The International League Against Epilepsy (ILAE) recognizes two main types of temporal lobe epilepsy: mesial temporal lobe epilepsy (MTLE), arising in the hippocampus, the parahippocampal gyrus and the amygdala which are located in the inner (medial) aspect of the temporal lobe, and lateral temporal lobe epilepsy (LTLE), the rarer type, arising in the neocortex at the outer (lateral) surface of the temporal lobe. The seizures of LTLE are characterized by auditory or visual features. Autosomal dominant lateral temporal lobe epilepsy (ADLTLE) is a rare hereditary condition, often associated with mutations in the LGI1 gene.
When a seizure begins in the temporal lobe, its effects depend on the precise location of its point of origin, its locus. In 1981, the ILAE recognized three types of seizures occurring in temporal lobe epilepsy. The classification was based on EEG findings. However, as of 2017 the general classification of seizures has been revised. The newer classification uses three key features: where the seizures begin, the level of awareness during a seizure, and other features.
Focal seizures in the temporal lobe involve small areas of the lobe such as the amygdala and hippocampus.
The newer classification gives two types of focal onset seizures, as focal aware and focal impaired awareness.
Focal aware means that the level of consciousness is not altered during the seizure. In temporal lobe epilepsy, a focal seizure usually causes abnormal sensations only. Often, the patient cannot describe the sensations.
These may be:
Focal aware seizures are often called "auras" when they serve as a warning sign of a subsequent seizure. Regardless, an aura is actually a seizure itself, and such a focal seizure may or may not progress to a focal impaired awareness seizure. People who experience only focal aware seizures may not recognize what they are, nor seek medical care.
Focal impaired awareness seizures are seizures which impair consciousness to some extent: they alter the person's ability to interact normally with their environment. They usually begin with a focal aware seizure, then spread to a larger portion of the temporal lobe, resulting in impaired consciousness. They may include autonomic and psychic features present in focal aware seizures.
Signs may include:
These seizures tend to have a warning or aura before they occur, and when they occur they generally tend to last only 1–2 minutes. It is not uncommon for an individual to be tired or confused for up to 15 minutes after a seizure has occurred, although postictal confusion can last for hours or even days. Though they may not seem harmful, due to the fact that the individual does not normally seize, they can be extremely harmful if the individual is left alone around dangerous objects. For example, if a person with complex partial seizures is driving alone, this can cause them to run into the ditch, or worse, cause an accident involving multiple people. With this type, some people do not even realize they are having a seizure and most of the time their memory from right before to after the seizure is wiped.
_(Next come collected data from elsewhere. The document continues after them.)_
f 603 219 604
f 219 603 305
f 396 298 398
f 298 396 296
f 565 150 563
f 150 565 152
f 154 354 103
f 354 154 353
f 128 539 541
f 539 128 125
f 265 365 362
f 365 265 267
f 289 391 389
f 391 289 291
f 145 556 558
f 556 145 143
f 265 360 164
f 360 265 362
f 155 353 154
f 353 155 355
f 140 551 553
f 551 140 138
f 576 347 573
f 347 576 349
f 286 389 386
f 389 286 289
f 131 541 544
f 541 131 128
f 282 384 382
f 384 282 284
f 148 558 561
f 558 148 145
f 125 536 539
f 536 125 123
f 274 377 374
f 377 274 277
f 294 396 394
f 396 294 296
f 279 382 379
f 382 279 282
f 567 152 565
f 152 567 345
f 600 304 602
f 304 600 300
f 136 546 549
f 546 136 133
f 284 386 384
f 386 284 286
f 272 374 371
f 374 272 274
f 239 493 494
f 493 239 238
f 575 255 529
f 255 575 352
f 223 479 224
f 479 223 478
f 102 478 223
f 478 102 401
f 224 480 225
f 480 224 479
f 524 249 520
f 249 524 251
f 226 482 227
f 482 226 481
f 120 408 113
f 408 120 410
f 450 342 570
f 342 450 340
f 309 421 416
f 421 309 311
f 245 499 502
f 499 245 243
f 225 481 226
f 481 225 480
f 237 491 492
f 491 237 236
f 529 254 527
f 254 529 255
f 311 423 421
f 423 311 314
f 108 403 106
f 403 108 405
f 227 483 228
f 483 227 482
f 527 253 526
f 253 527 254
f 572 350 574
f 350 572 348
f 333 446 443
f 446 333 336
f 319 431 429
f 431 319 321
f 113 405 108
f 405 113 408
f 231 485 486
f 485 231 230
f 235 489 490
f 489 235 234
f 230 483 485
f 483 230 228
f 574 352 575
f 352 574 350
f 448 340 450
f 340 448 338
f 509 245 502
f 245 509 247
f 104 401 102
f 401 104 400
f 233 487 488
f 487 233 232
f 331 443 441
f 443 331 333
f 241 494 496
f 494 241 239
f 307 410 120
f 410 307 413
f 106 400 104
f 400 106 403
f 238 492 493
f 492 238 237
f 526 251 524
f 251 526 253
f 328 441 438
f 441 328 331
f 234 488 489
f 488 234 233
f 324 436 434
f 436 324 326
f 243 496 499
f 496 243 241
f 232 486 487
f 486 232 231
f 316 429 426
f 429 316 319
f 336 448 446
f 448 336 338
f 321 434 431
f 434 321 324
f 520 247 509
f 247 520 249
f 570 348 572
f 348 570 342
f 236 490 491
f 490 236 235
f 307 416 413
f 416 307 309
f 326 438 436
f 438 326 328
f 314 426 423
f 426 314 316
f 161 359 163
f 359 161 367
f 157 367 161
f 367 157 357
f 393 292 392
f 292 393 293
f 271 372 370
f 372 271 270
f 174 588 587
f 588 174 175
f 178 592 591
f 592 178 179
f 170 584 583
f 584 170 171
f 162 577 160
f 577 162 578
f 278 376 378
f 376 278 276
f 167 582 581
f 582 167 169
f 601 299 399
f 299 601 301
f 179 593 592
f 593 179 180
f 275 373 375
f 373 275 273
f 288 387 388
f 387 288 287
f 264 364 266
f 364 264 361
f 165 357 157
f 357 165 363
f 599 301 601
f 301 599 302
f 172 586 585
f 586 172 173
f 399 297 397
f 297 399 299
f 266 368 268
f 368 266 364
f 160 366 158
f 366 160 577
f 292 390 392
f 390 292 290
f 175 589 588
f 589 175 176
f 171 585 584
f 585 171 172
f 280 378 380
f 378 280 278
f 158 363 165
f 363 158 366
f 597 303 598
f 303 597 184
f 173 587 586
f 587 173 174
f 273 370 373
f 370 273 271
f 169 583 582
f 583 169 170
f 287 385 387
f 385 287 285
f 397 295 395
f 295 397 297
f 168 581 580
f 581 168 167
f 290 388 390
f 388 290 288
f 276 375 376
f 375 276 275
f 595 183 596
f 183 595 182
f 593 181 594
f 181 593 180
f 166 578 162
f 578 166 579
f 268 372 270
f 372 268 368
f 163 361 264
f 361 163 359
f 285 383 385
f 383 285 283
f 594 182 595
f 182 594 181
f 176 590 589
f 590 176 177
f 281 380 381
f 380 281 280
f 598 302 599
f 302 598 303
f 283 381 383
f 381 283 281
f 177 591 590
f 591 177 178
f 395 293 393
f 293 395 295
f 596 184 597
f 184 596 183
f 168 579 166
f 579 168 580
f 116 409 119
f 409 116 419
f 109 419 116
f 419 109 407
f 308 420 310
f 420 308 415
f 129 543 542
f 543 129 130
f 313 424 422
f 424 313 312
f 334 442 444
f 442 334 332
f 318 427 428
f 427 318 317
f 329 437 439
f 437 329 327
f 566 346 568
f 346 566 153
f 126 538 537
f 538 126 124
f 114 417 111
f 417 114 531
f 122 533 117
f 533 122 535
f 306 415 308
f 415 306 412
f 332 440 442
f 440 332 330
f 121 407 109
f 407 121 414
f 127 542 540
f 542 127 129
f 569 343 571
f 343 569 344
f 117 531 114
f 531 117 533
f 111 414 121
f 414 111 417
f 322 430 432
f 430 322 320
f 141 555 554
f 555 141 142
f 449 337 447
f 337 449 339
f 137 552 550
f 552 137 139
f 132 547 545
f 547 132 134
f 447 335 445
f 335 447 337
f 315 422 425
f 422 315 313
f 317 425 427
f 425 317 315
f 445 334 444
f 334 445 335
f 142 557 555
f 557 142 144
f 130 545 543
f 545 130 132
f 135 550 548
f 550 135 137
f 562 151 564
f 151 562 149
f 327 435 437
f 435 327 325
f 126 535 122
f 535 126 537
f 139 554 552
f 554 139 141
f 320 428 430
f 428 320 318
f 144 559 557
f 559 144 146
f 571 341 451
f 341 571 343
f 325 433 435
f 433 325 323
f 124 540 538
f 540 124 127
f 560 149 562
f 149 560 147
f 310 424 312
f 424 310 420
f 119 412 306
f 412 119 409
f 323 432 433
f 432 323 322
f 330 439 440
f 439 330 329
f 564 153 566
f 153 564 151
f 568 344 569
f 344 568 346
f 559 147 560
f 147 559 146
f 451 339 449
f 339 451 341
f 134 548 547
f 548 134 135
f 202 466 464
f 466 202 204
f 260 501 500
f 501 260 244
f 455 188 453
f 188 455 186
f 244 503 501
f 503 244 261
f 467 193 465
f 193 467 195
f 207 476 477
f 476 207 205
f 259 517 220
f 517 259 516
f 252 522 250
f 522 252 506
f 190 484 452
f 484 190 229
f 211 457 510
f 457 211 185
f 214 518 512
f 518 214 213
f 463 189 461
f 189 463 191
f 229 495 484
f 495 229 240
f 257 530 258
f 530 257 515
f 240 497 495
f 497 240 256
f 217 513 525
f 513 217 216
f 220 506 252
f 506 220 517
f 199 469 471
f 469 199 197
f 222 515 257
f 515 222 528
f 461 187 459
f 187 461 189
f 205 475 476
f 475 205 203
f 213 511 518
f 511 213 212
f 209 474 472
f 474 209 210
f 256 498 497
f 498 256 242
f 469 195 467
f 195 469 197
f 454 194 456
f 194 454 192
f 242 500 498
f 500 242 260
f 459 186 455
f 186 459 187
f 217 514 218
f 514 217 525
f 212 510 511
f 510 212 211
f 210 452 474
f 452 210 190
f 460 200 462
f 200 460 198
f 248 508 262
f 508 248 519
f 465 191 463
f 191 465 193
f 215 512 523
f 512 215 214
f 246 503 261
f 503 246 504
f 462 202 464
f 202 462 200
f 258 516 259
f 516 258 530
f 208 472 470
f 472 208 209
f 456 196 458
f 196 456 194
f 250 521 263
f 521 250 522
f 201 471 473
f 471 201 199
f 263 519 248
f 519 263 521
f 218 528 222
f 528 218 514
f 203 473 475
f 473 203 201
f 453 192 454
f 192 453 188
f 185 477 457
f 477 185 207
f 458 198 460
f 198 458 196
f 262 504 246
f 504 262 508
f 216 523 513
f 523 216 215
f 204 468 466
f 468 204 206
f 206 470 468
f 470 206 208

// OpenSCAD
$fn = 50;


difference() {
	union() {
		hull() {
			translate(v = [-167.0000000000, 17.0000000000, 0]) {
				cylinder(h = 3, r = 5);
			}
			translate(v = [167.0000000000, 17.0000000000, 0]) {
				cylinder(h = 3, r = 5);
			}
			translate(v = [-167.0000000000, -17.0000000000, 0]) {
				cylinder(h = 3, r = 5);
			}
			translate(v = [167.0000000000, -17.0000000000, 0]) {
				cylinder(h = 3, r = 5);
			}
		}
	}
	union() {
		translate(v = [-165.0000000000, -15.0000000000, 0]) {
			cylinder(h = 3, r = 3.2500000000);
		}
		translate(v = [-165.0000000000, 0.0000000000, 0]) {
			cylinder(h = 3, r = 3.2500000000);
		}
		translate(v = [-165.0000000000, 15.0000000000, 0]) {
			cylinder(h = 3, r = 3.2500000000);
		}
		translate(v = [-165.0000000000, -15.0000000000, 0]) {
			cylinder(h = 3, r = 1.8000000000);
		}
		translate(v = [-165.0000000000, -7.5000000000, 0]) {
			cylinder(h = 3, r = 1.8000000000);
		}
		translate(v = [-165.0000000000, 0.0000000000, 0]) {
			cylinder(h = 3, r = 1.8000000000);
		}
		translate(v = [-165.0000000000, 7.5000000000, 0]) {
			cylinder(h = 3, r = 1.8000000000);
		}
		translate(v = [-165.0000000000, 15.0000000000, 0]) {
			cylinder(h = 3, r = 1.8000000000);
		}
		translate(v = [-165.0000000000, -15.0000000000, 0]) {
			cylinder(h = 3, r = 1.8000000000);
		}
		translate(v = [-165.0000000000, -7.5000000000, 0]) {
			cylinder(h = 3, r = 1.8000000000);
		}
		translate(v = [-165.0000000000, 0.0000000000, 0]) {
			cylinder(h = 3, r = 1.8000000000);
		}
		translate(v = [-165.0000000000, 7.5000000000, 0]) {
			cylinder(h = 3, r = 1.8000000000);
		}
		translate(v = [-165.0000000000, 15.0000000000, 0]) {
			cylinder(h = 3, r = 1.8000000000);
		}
First-aid is only required if there has been an injury or if this is the first time a person has had a seizure.
Seizures which begin in the temporal lobe, and then spread to involve both sides of the brain are termed focal to bilateral. Where both sides of the brain or the whole brain are involved from the onset, these seizures are known as generalized seizures and may be tonic clonic. The arms, trunk, and legs stiffen (the tonic phase), in either a flexed or extended position, and then jerk (the clonic phase). These were previously known as grand mal seizures. The word grand mal comes from the French term, meaning major affliction.
There is some period of recovery in which neurological function is altered after each of these seizure types. This is the postictal state. The degree and length of postictal impairment directly correlates with the severity of the seizure type. Focal aware seizures often last less than sixty seconds; focal with impaired awareness seizures may last up to two minutes; and generalized tonic clonic seizures may last up to three minutes. The postictal state in seizures other than focal aware may last much longer than the seizure itself.
Because a major function of the temporal lobe is short-term memory, a focal with impaired awareness seizure, and a focal to bilateral seizure can cause amnesia for the period of the seizure, meaning that the seizure may not be remembered.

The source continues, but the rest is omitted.